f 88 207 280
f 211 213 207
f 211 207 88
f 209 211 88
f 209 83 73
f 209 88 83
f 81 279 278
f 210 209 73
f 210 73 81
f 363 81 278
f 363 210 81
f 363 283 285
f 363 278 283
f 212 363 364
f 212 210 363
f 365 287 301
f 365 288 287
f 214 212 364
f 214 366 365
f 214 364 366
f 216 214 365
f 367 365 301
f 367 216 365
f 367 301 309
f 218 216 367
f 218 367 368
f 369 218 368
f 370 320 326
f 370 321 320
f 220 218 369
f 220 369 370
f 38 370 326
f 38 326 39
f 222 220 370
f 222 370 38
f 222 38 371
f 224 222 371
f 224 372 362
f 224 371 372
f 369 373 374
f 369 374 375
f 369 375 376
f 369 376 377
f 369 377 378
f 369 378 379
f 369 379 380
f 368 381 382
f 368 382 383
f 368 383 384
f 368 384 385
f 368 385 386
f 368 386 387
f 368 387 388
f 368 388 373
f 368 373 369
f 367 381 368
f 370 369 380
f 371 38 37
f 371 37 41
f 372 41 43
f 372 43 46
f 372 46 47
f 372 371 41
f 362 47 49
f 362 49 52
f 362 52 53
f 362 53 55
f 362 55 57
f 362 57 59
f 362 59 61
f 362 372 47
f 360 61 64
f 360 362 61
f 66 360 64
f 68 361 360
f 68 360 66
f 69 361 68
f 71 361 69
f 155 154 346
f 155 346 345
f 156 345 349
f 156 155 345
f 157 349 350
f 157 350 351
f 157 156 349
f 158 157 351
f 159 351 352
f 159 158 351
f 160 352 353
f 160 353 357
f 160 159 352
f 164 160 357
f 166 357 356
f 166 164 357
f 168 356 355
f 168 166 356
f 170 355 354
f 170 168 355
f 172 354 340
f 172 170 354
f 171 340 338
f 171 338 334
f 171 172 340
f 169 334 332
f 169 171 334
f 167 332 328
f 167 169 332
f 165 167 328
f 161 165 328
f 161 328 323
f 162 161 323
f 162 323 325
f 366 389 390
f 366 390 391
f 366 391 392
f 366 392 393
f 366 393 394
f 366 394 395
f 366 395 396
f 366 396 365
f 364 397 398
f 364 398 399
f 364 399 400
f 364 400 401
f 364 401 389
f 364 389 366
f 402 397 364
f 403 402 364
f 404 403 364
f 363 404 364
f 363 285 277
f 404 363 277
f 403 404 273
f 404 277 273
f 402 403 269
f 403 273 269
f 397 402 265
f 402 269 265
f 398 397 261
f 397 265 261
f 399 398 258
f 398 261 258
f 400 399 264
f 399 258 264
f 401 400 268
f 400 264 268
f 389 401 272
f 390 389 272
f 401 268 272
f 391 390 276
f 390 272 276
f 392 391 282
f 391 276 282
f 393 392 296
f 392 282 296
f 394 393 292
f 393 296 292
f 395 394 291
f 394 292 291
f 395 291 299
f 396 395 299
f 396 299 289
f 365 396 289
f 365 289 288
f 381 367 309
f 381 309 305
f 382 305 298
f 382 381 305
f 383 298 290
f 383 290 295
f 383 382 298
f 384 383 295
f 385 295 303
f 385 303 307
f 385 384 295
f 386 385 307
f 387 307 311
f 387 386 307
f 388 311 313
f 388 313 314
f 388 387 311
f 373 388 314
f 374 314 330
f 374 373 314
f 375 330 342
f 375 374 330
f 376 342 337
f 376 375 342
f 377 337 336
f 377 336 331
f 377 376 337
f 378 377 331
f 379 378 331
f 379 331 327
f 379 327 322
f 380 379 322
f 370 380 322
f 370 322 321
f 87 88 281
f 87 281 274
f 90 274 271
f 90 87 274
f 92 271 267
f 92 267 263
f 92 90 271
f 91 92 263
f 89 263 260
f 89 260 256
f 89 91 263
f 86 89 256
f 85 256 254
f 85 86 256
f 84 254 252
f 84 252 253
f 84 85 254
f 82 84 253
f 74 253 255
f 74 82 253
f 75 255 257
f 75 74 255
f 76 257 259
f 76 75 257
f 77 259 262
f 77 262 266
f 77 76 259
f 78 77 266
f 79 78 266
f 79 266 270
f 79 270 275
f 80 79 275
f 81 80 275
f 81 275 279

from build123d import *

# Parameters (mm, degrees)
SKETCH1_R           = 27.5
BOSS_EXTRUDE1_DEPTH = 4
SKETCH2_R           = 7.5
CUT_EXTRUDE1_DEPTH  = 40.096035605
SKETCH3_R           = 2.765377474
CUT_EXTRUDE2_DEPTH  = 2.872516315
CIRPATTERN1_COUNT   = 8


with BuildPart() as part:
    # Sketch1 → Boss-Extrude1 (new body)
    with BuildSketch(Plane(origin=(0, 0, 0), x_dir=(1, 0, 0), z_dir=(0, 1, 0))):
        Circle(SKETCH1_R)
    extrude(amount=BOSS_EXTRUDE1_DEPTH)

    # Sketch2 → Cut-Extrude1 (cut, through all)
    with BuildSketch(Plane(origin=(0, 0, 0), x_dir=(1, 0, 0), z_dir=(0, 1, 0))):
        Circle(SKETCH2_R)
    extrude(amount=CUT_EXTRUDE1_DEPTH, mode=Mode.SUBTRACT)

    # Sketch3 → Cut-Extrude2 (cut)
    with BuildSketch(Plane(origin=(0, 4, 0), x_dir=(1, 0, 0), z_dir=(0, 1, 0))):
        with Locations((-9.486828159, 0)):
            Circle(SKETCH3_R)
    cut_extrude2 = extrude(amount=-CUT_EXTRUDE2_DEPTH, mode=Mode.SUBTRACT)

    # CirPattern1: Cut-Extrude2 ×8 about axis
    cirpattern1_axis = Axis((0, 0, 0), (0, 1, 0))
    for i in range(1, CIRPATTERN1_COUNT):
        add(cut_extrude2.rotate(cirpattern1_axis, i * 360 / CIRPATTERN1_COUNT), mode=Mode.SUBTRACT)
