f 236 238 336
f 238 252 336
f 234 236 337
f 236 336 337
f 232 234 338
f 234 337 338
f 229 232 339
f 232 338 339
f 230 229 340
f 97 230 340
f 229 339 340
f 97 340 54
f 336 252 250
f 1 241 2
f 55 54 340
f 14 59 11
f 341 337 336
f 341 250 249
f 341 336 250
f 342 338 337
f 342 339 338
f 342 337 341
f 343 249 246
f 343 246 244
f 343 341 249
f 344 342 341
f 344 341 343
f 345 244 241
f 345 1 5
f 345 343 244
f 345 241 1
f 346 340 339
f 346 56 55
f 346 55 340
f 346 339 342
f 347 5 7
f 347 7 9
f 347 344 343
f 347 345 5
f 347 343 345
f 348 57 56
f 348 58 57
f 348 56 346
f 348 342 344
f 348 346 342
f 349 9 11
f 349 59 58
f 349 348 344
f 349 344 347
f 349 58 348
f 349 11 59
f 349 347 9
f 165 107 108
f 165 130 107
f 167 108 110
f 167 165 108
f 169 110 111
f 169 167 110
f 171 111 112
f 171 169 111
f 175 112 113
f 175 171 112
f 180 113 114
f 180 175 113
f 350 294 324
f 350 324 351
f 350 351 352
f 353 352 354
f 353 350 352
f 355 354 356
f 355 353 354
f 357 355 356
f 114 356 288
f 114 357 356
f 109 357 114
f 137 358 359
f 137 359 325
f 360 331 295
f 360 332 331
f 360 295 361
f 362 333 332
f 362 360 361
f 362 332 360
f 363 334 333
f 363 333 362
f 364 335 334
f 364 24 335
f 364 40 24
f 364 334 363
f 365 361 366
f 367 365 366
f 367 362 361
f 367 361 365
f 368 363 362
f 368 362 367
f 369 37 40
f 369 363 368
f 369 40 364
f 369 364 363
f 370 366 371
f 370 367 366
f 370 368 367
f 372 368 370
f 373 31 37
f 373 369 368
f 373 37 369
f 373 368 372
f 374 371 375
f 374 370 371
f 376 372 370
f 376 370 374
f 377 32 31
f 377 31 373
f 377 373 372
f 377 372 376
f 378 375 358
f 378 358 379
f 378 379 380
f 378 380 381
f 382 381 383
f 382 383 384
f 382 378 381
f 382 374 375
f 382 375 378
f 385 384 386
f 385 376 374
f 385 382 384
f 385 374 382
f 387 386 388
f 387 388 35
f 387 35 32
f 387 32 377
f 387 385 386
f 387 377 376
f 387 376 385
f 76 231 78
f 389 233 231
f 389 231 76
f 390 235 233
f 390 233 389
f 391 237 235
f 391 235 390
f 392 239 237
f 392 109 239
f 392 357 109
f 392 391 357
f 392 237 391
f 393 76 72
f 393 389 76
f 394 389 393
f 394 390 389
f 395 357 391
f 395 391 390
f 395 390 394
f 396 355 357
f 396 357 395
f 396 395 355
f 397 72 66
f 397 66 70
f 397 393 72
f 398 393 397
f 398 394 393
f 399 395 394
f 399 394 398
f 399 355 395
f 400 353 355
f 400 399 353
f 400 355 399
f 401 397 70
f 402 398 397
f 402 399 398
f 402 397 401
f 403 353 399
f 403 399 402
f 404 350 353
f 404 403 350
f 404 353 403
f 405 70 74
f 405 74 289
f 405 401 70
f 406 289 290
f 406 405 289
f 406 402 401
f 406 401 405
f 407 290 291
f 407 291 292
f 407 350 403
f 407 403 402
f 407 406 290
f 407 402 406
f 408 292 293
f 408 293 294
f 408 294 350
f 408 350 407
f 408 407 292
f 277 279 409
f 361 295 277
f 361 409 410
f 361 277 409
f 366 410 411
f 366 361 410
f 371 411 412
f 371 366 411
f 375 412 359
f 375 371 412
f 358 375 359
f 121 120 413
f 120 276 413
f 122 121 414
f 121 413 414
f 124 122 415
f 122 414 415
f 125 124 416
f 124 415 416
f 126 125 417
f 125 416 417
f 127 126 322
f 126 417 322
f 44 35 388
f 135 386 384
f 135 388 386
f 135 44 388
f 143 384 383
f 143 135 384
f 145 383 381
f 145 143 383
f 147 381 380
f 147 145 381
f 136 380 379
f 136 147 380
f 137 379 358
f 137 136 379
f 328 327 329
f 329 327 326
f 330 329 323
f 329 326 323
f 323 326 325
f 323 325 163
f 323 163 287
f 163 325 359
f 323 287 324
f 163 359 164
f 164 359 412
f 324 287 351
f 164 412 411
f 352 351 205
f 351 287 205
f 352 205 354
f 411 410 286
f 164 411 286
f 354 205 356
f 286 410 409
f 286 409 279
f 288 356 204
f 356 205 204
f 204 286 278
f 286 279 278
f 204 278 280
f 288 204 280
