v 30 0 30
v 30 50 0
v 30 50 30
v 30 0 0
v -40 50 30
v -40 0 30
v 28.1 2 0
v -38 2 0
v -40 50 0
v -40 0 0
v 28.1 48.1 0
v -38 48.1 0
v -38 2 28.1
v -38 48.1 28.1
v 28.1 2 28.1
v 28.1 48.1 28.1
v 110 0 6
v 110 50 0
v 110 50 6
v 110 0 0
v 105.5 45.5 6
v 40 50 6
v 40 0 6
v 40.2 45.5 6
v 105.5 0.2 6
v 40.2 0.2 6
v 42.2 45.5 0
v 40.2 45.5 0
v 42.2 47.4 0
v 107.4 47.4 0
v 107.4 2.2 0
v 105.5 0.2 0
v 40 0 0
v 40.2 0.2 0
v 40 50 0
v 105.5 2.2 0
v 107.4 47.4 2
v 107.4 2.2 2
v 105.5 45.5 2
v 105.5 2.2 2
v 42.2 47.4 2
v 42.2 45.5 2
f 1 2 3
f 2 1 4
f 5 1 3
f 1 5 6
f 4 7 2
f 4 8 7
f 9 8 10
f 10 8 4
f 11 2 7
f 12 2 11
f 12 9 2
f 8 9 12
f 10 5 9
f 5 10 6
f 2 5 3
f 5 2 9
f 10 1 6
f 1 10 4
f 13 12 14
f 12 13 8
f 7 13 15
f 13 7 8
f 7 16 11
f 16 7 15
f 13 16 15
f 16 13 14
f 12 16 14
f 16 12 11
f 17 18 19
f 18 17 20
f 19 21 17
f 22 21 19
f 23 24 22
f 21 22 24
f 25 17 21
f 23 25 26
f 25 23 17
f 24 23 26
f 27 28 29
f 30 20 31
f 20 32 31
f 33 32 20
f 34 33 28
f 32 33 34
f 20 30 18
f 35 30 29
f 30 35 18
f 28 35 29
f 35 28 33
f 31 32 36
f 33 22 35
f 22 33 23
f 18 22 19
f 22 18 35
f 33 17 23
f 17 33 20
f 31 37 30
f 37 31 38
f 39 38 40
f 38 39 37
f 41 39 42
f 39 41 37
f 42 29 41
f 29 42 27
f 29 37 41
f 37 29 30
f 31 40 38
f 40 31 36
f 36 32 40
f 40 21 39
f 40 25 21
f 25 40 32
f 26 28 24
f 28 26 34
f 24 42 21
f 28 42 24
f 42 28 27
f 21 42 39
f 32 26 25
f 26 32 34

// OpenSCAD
// Two-part enclosure for small electronics board
// Part 1: Box (left)
// Part 2: Lid (right, printed upside down)
// Prints together with a 10mm gap between them.

// --- Dimensions ---
// Box Outer Dimensions (X x Y x Z)
$box_outer_x = 70;
$box_outer_y = 50;
$box_outer_z = 30;

// Wall and Floor Thickness
$wall_thickness = 2;
$floor_thickness = 2;

// Lid Dimensions
// Plate thickness
$plate_thickness = 2;
// Lip dimensions
$lip_thickness = 1.5;
$lip_height = 4;
// Lip outer size (fits inside box opening)
$lip_outer_x = 65.6;
$lip_outer_y = 45.6;

// Clearance
$clearance = 0.2;

// Gap between parts
$gap = 10;

// --- Configuration ---
$fn = 64; // Smooth curves

// --- Part 1: The Box ---
// Position: Centered on its own footprint, then shifted to left side of bed.
// Footprint: 70 x 50.
// Box center X = -($box_outer_x/2 + $gap/2)
// Box center Y = 0
translate([-($box_outer_x/2 + $gap/2), 0, 0])
difference() {
    // Outer Block
    cube([
        $box_outer_x, 
        $box_outer_y, 
        $box_outer_z
    ]);
    
    // Cut out the inside (hollow)
    // Inner X = Outer X - 2*Wall
    // Inner Y = Outer Y - 2*Wall
    // Inner Z = Outer Z - Floor
    translate([
        $wall_thickness, 
        $wall_thickness, 
        0
    ])
    cube([
        $box_outer_x - (2 * $wall_thickness), 
        $box_outer_y - (2 * $wall_thickness), 
        $box_outer_z - $floor_thickness
    ]);
    
    // Extend cut slightly to ensure clean separation (Rule 5)
    // We extend the cut volume slightly past the inner walls and floor/ceiling
    // to avoid coplanar faces between the cut and the remaining shell.
    translate([
        $wall_thickness, 
        $wall_thickness, 
        0
    ])
    cube([
        $box_outer_x - (2 * $wall_thickness) + 0.1, 
        $box_outer_y - (2 * $wall_thickness) + 0.1, 
        $box_outer_z - $floor_thickness + 0.1
    ]);
}

// --- Part 2: The Lid ---
// Position: Centered on its own footprint, then shifted to right side of bed.
// Footprint: 70 x 50.
// Lid center X = ($box_outer_x/2 + $gap/2)
// Lid center Y = 0
// The lid is printed upside down (plate on bed), so we build it normally 
// but the "lip" is the top part of the geometry relative to the print direction.
// However, the prompt says "printed upside down: a plate... lying on the bed".
// This implies the plate is at Z=0, and the lip sticks UP from the plate.
// The lip slides INTO the box.
// Box inner top Z = $box_outer_z - $floor_thickness = 28.
// Lip height = 4.
// So the top of the lip is at Z=4. This fits easily under the box top (Z=30).

translate([($box_outer_x/2 + $gap/2), 0, 0])
difference() {
    // Outer Block (Plate + Lip volume)
    // Width: 70, Depth: 50, Height: Plate + Lip
    cube([
        $box_outer_x, 
        $box_outer_y, 
        $plate_thickness + $lip_height
    ]);
    
    // Cut out the hole for the electronics (under the lip)
    // The hole goes through the plate and up to the bottom of the lip.
    // Hole X = Lip Outer X - 2*Clearance
    // Hole Y = Lip Outer Y - 2*Clearance
    // Hole Z = Plate Thickness (so it stops at the top of the plate)
    translate([
        $wall_thickness, // Align with box wall logic for reference, but calculate based on lip
        $wall_thickness, 
        0
    ])
    // Calculate inner hole dimensions based on lip outer size and clearance
    translate([
        ($lip_outer_x/2) - ($lip_outer_x/2 - $clearance), 
        ($lip_outer_y/2) - ($lip_outer_y/2 - $clearance), 
        0
    ])
    cube([
        $lip_outer_x - (2 * $clearance), 
        $lip_outer_y - (2 * $clearance), 
        $plate_thickness
    ]);
    
    // Extend cut slightly
    translate([
        ($lip_outer_x/2) - ($lip_outer_x/2 - $clearance), 
        ($lip_outer_y/2) - ($lip_outer_y/2 - $clearance), 
        0
    ])
    cube([
        $lip_outer_x - (2 * $clearance) + 0.1, 
        $lip_outer_y - (2 * $clearance) + 0.1, 
        $plate_thickness + 0.1
    ]);
    
    // Cut out the lip itself (the part that goes over the box)
    // Lip is centered on the plate.
    // Lip Outer X = 65.6, Lip Outer Y = 45.6
    // Lip Inner X = Lip Outer X - 2*Clearance
    // Lip Inner Y = Lip Outer Y - 2*Clearance
    translate([
        ($lip_outer_x/2) - ($lip_outer_x/2 - $clearance), 
        ($lip_outer_y/2) - ($lip_outer_y/2 - $clearance), 
        $plate_thickness
    ])
    cube([
        $lip_outer_x - (2 * $clearance), 
        $lip_outer_y - (2 * $clearance), 
        $lip_height
    ]);
    
    // Extend cut slightly
    translate([
        ($lip_outer_x/2) - ($lip_outer_x/2 - $clearance), 
        ($lip_outer_y/2) - ($lip_outer_y/2 - $clearance), 
        $plate_thickness
    ])
    cube([
        $lip_outer_x - (2 * $clearance) + 0.1, 
        $lip_outer_y - (2 * $clearance) + 0.1, 
        $lip_height + 0.1
    ]);
}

——————————

**Your goal:**
Copy out each line in the listing that has the word "mode".

**Response:**
    extrude(amount=CUT_EXTRUDE1_DEPTH, mode=Mode.SUBTRACT)
    cut_extrude2 = extrude(amount=-CUT_EXTRUDE2_DEPTH, mode=Mode.SUBTRACT)
        add(cut_extrude2.rotate(cirpattern1_axis, i * 360 / CIRPATTERN1_COUNT), mode=Mode.SUBTRACT)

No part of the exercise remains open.